* _Records for processing_:

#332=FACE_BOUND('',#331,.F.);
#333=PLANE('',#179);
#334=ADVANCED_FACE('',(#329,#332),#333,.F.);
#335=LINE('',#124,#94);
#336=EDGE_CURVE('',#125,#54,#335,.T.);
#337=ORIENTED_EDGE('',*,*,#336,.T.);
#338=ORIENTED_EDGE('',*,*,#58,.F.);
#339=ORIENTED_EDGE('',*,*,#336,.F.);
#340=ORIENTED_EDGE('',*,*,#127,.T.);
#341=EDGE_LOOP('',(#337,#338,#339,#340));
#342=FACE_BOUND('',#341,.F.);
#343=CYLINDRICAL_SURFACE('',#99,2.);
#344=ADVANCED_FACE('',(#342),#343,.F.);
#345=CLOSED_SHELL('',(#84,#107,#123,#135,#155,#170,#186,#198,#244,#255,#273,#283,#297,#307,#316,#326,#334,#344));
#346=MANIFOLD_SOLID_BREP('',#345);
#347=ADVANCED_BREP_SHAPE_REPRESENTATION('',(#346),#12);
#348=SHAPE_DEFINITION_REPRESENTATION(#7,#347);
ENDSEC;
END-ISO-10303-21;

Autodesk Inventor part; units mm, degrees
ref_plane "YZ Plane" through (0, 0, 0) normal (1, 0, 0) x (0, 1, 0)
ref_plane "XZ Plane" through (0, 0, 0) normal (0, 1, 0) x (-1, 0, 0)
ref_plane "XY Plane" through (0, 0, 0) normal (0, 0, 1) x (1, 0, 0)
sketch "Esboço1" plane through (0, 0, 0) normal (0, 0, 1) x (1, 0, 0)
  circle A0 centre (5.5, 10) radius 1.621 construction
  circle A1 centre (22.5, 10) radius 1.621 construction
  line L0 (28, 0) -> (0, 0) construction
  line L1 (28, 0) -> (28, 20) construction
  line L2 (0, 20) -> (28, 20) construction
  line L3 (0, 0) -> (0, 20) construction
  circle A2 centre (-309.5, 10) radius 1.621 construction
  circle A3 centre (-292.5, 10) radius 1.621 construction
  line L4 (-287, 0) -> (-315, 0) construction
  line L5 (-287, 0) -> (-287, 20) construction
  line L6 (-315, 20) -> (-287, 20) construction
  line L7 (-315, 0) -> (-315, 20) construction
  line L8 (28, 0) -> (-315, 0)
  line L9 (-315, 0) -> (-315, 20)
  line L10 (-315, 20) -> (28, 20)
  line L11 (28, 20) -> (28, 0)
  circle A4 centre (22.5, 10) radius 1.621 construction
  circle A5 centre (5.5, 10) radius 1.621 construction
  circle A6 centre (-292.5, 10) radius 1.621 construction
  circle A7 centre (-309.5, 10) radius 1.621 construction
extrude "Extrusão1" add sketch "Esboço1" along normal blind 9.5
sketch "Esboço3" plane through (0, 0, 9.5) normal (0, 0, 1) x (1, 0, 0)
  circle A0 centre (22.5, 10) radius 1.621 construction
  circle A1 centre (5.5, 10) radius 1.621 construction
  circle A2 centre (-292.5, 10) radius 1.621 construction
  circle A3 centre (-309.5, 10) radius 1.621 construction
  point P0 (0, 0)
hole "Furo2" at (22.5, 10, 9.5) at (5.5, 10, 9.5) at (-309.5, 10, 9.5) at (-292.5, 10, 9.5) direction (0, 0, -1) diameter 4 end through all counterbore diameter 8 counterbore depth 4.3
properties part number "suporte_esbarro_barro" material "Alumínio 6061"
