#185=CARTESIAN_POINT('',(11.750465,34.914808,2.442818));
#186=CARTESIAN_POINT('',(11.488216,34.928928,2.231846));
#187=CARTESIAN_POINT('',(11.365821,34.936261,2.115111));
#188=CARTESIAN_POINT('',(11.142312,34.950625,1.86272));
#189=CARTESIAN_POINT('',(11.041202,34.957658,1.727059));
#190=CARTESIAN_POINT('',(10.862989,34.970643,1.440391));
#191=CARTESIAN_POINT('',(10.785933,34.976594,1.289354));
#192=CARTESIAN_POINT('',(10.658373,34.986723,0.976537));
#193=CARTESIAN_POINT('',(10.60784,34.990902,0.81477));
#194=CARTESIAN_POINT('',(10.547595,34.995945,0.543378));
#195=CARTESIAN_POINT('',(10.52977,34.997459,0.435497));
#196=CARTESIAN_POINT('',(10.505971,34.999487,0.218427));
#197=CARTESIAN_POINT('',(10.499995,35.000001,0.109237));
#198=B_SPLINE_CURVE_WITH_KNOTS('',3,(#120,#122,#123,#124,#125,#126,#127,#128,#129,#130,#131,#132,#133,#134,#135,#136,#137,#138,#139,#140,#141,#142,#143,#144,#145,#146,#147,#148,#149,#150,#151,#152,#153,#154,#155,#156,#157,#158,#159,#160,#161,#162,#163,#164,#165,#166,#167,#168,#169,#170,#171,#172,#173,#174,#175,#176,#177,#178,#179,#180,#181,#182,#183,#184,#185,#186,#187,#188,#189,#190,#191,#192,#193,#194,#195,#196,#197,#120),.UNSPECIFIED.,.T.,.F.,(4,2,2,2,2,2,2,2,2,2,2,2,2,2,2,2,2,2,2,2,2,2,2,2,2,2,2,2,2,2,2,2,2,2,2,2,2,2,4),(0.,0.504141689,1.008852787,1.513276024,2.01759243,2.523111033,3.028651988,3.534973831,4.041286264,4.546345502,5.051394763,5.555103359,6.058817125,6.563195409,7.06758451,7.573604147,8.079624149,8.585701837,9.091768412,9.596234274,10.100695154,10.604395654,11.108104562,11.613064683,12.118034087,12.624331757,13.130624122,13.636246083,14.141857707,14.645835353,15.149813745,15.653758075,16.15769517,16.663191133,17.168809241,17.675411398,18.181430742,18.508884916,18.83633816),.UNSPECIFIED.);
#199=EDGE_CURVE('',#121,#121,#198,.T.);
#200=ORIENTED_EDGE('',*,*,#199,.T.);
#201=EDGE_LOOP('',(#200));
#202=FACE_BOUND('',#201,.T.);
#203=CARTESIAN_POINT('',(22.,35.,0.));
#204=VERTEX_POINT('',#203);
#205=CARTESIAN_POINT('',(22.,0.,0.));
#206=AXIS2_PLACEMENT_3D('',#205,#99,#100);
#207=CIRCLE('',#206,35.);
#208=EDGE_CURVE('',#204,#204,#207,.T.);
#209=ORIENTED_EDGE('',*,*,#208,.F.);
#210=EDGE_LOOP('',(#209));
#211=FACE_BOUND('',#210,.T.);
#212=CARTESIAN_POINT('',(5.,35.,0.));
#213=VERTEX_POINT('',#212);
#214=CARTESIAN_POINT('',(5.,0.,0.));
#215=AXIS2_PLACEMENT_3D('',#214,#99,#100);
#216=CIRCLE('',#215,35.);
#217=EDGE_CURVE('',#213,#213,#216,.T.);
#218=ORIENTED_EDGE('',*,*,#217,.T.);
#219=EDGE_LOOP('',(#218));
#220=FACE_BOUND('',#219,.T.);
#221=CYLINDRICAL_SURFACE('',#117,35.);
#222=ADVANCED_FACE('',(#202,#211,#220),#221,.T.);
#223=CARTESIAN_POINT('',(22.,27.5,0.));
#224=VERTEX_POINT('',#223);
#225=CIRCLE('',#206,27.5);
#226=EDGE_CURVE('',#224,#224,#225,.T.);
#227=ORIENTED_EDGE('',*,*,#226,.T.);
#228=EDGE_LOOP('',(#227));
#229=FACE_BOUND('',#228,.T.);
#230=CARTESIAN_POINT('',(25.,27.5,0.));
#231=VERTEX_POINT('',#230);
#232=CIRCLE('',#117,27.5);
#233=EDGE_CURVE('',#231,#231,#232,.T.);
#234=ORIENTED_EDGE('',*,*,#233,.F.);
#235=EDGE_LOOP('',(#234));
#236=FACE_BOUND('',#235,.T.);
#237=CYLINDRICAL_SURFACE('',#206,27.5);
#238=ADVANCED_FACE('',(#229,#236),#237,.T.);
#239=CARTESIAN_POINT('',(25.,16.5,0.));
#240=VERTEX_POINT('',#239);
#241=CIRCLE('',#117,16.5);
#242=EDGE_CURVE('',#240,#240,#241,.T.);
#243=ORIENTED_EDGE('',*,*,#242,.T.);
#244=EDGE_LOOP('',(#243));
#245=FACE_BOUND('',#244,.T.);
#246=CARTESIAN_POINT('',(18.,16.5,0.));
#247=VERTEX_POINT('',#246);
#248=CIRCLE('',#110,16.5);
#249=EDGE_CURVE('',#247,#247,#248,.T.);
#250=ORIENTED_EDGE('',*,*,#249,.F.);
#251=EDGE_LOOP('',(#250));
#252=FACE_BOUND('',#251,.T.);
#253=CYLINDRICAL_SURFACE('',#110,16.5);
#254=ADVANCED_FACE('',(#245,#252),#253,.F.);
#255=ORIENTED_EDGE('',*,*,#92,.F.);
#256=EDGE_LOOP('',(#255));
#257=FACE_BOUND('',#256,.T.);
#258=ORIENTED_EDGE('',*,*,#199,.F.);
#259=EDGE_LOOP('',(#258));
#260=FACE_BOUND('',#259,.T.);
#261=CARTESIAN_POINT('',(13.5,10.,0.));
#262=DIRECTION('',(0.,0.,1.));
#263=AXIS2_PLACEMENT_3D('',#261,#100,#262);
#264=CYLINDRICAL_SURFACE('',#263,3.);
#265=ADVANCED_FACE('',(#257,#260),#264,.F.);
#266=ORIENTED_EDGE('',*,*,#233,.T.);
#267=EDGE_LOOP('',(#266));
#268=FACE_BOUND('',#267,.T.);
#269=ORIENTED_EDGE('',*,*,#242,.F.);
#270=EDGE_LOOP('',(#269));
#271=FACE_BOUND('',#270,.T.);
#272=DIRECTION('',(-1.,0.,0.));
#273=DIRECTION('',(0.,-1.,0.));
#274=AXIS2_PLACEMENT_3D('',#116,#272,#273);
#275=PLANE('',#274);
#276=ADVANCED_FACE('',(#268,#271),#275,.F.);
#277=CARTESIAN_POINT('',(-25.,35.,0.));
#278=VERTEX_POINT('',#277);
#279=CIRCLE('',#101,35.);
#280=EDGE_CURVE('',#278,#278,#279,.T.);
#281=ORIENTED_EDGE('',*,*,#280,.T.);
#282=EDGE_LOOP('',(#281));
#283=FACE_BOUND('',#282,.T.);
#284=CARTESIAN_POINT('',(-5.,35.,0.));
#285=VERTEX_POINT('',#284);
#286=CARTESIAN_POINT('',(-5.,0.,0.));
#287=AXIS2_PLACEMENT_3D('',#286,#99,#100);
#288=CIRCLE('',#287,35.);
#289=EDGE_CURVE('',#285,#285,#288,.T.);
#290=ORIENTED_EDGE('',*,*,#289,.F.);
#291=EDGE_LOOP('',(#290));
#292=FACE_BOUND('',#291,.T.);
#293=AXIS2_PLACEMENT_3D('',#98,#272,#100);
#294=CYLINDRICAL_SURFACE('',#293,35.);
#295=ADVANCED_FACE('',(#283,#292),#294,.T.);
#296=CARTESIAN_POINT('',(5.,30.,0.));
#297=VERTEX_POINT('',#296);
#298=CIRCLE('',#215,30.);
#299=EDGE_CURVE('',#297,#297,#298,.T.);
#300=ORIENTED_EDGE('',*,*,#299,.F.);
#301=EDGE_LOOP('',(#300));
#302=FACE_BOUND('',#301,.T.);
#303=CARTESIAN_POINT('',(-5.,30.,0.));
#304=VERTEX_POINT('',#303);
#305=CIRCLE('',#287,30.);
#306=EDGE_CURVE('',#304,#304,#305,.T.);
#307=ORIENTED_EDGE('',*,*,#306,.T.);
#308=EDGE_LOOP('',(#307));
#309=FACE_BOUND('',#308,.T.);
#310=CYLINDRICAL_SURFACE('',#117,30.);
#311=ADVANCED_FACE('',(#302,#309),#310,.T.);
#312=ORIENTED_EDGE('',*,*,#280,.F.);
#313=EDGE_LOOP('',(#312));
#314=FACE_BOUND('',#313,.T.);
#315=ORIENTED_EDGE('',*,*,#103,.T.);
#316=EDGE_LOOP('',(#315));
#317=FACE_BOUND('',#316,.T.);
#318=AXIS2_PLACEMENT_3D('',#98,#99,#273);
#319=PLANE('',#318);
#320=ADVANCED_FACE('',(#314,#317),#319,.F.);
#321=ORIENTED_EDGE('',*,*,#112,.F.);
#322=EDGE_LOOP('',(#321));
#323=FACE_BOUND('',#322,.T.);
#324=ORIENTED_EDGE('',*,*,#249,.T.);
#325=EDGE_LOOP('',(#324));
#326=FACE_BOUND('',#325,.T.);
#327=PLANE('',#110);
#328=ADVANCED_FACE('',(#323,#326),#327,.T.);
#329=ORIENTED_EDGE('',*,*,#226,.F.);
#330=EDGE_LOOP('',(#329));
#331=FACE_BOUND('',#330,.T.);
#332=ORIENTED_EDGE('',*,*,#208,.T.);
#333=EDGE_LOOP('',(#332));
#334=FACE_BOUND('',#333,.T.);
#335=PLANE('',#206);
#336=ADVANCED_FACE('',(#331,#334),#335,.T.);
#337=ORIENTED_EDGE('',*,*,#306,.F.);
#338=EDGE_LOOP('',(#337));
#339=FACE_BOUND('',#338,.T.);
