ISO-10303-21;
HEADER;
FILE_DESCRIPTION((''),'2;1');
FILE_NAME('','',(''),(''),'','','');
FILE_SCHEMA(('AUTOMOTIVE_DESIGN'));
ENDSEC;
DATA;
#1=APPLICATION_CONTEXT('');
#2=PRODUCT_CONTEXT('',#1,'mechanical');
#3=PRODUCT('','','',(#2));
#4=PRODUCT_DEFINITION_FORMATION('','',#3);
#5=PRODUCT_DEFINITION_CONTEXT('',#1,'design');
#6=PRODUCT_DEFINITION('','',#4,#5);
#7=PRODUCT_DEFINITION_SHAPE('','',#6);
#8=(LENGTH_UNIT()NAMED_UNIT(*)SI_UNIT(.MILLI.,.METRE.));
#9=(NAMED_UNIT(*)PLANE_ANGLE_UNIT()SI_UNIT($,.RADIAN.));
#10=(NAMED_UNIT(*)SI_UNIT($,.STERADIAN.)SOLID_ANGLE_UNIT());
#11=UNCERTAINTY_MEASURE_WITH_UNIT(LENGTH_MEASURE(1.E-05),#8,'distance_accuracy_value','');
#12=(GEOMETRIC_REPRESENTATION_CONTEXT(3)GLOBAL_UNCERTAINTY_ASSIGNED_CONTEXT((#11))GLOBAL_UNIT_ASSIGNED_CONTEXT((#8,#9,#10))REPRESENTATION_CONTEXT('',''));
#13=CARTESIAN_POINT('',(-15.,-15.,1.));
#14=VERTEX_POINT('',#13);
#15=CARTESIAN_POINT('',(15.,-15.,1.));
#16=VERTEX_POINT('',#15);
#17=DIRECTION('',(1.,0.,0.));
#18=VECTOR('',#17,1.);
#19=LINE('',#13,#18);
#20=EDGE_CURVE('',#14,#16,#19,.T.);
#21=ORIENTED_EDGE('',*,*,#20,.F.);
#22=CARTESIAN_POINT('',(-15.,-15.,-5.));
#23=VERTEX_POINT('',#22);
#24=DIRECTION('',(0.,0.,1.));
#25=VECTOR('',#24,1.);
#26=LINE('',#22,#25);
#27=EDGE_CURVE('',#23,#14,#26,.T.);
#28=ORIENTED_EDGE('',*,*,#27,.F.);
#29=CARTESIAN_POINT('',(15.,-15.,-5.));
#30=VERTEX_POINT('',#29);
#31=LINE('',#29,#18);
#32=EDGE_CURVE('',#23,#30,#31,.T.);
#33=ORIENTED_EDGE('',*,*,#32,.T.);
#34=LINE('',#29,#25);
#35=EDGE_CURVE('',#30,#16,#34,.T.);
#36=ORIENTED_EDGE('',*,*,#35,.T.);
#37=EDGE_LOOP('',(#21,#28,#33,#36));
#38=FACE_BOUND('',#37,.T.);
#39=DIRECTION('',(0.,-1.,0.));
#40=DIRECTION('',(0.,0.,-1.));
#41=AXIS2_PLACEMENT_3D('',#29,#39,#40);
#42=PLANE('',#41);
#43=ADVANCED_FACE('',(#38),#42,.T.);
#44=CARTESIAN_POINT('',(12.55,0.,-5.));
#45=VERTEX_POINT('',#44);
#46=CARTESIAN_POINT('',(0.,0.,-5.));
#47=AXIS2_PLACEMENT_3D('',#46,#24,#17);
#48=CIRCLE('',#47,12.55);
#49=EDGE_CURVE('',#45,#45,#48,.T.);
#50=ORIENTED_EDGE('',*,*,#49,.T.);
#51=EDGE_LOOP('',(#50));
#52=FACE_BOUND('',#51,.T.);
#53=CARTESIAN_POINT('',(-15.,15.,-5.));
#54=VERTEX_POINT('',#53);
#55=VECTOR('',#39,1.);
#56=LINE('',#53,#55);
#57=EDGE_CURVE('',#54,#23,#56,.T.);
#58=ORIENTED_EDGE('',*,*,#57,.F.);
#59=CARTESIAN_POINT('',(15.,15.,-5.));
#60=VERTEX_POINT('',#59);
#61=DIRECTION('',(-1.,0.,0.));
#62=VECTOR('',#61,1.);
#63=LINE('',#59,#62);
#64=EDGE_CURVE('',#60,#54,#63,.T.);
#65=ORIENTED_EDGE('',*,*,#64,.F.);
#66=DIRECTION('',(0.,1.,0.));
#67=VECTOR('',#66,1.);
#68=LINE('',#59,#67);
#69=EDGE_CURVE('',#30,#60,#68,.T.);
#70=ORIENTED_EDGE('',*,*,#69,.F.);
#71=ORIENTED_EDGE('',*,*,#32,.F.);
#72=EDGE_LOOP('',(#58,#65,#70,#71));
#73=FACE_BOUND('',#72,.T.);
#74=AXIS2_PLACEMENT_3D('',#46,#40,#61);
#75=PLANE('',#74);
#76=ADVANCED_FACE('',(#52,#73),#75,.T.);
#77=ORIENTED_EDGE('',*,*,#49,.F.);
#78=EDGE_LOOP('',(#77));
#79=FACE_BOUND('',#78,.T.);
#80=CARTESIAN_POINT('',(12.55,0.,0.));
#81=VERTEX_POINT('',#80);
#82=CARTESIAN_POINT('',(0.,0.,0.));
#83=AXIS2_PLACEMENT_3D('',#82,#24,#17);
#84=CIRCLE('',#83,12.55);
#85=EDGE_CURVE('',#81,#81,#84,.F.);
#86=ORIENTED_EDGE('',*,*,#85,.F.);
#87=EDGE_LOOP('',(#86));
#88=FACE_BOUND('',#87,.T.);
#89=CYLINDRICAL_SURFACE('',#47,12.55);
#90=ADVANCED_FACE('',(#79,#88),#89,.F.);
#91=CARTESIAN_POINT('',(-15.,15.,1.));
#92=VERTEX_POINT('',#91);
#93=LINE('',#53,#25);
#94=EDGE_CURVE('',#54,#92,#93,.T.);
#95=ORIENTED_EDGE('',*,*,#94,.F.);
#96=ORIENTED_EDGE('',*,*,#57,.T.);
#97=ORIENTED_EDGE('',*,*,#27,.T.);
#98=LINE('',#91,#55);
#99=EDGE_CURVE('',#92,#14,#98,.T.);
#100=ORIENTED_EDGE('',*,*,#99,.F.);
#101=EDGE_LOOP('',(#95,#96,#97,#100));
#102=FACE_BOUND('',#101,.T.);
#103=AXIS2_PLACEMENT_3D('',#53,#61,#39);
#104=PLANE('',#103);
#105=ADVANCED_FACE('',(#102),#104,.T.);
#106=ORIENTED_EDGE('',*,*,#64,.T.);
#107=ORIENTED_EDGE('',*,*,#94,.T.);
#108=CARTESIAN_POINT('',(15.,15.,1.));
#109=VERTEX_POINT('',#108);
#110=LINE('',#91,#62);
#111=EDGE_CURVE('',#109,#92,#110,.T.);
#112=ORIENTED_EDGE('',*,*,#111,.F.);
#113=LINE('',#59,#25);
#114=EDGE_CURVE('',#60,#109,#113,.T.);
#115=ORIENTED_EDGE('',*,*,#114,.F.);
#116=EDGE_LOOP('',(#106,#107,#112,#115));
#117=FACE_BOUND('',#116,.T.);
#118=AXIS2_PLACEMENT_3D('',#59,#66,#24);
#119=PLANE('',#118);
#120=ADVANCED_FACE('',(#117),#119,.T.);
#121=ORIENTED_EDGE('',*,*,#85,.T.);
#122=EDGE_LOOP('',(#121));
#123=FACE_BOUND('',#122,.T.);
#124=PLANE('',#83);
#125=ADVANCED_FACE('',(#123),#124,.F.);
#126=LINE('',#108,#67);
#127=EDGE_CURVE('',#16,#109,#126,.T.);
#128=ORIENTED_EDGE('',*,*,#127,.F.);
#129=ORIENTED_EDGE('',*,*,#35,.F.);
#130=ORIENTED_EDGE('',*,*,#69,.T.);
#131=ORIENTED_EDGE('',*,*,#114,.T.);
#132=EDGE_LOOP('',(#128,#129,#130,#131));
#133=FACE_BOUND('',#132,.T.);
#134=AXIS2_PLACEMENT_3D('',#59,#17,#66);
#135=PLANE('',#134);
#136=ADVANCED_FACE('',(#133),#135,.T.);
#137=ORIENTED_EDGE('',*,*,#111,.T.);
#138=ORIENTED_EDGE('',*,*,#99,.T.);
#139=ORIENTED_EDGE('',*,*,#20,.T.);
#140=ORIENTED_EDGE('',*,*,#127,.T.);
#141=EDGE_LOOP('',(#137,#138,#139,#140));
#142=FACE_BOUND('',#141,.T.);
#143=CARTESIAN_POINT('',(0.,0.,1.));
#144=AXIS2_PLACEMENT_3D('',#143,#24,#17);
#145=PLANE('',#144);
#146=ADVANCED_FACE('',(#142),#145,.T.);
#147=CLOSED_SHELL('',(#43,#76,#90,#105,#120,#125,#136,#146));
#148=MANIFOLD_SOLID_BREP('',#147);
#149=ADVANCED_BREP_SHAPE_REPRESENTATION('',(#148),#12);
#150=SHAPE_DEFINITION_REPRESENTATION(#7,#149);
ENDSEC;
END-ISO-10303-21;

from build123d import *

# Parameters (mm, degrees)
SKETCH2_W           = 30
SKETCH2_H           = 30
SKETCH2_R           = 12.55
BOSS_EXTRUDE1_DEPTH = 5
SKETCH4_W           = 30
SKETCH4_H           = 30
BOSS_EXTRUDE2_DEPTH = 1


with BuildPart() as part:
    # Sketch2 → Boss-Extrude1 (new body)
    with BuildSketch(Plane.XY):
        Rectangle(SKETCH2_W, SKETCH2_H)
        Circle(SKETCH2_R, mode=Mode.SUBTRACT)
    extrude(amount=-BOSS_EXTRUDE1_DEPTH)

    # Sketch4 → Boss-Extrude2 (add)
    with BuildSketch(Plane.XY):
        Rectangle(SKETCH4_W, SKETCH4_H)
    extrude(amount=BOSS_EXTRUDE2_DEPTH)


solid = part.part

* _What you should do_: Using the data above, reproduce exactly the lines between those holding "#66=DIRECTION('',(0.,1.,0.));" and "#89=CYLINDRICAL_SURFACE('',#47,12.55);", inclusive, and no others.

* _Answer section_:
#66=DIRECTION('',(0.,1.,0.));
#67=VECTOR('',#66,1.);
#68=LINE('',#59,#67);
#69=EDGE_CURVE('',#30,#60,#68,.T.);
#70=ORIENTED_EDGE('',*,*,#69,.F.);
#71=ORIENTED_EDGE('',*,*,#32,.F.);
#72=EDGE_LOOP('',(#58,#65,#70,#71));
#73=FACE_BOUND('',#72,.T.);
#74=AXIS2_PLACEMENT_3D('',#46,#40,#61);
#75=PLANE('',#74);
#76=ADVANCED_FACE('',(#52,#73),#75,.T.);
#77=ORIENTED_EDGE('',*,*,#49,.F.);
#78=EDGE_LOOP('',(#77));
#79=FACE_BOUND('',#78,.T.);
#80=CARTESIAN_POINT('',(12.55,0.,0.));
#81=VERTEX_POINT('',#80);
#82=CARTESIAN_POINT('',(0.,0.,0.));
#83=AXIS2_PLACEMENT_3D('',#82,#24,#17);
#84=CIRCLE('',#83,12.55);
#85=EDGE_CURVE('',#81,#81,#84,.F.);
#86=ORIENTED_EDGE('',*,*,#85,.F.);
#87=EDGE_LOOP('',(#86));
#88=FACE_BOUND('',#87,.T.);
#89=CYLINDRICAL_SURFACE('',#47,12.55);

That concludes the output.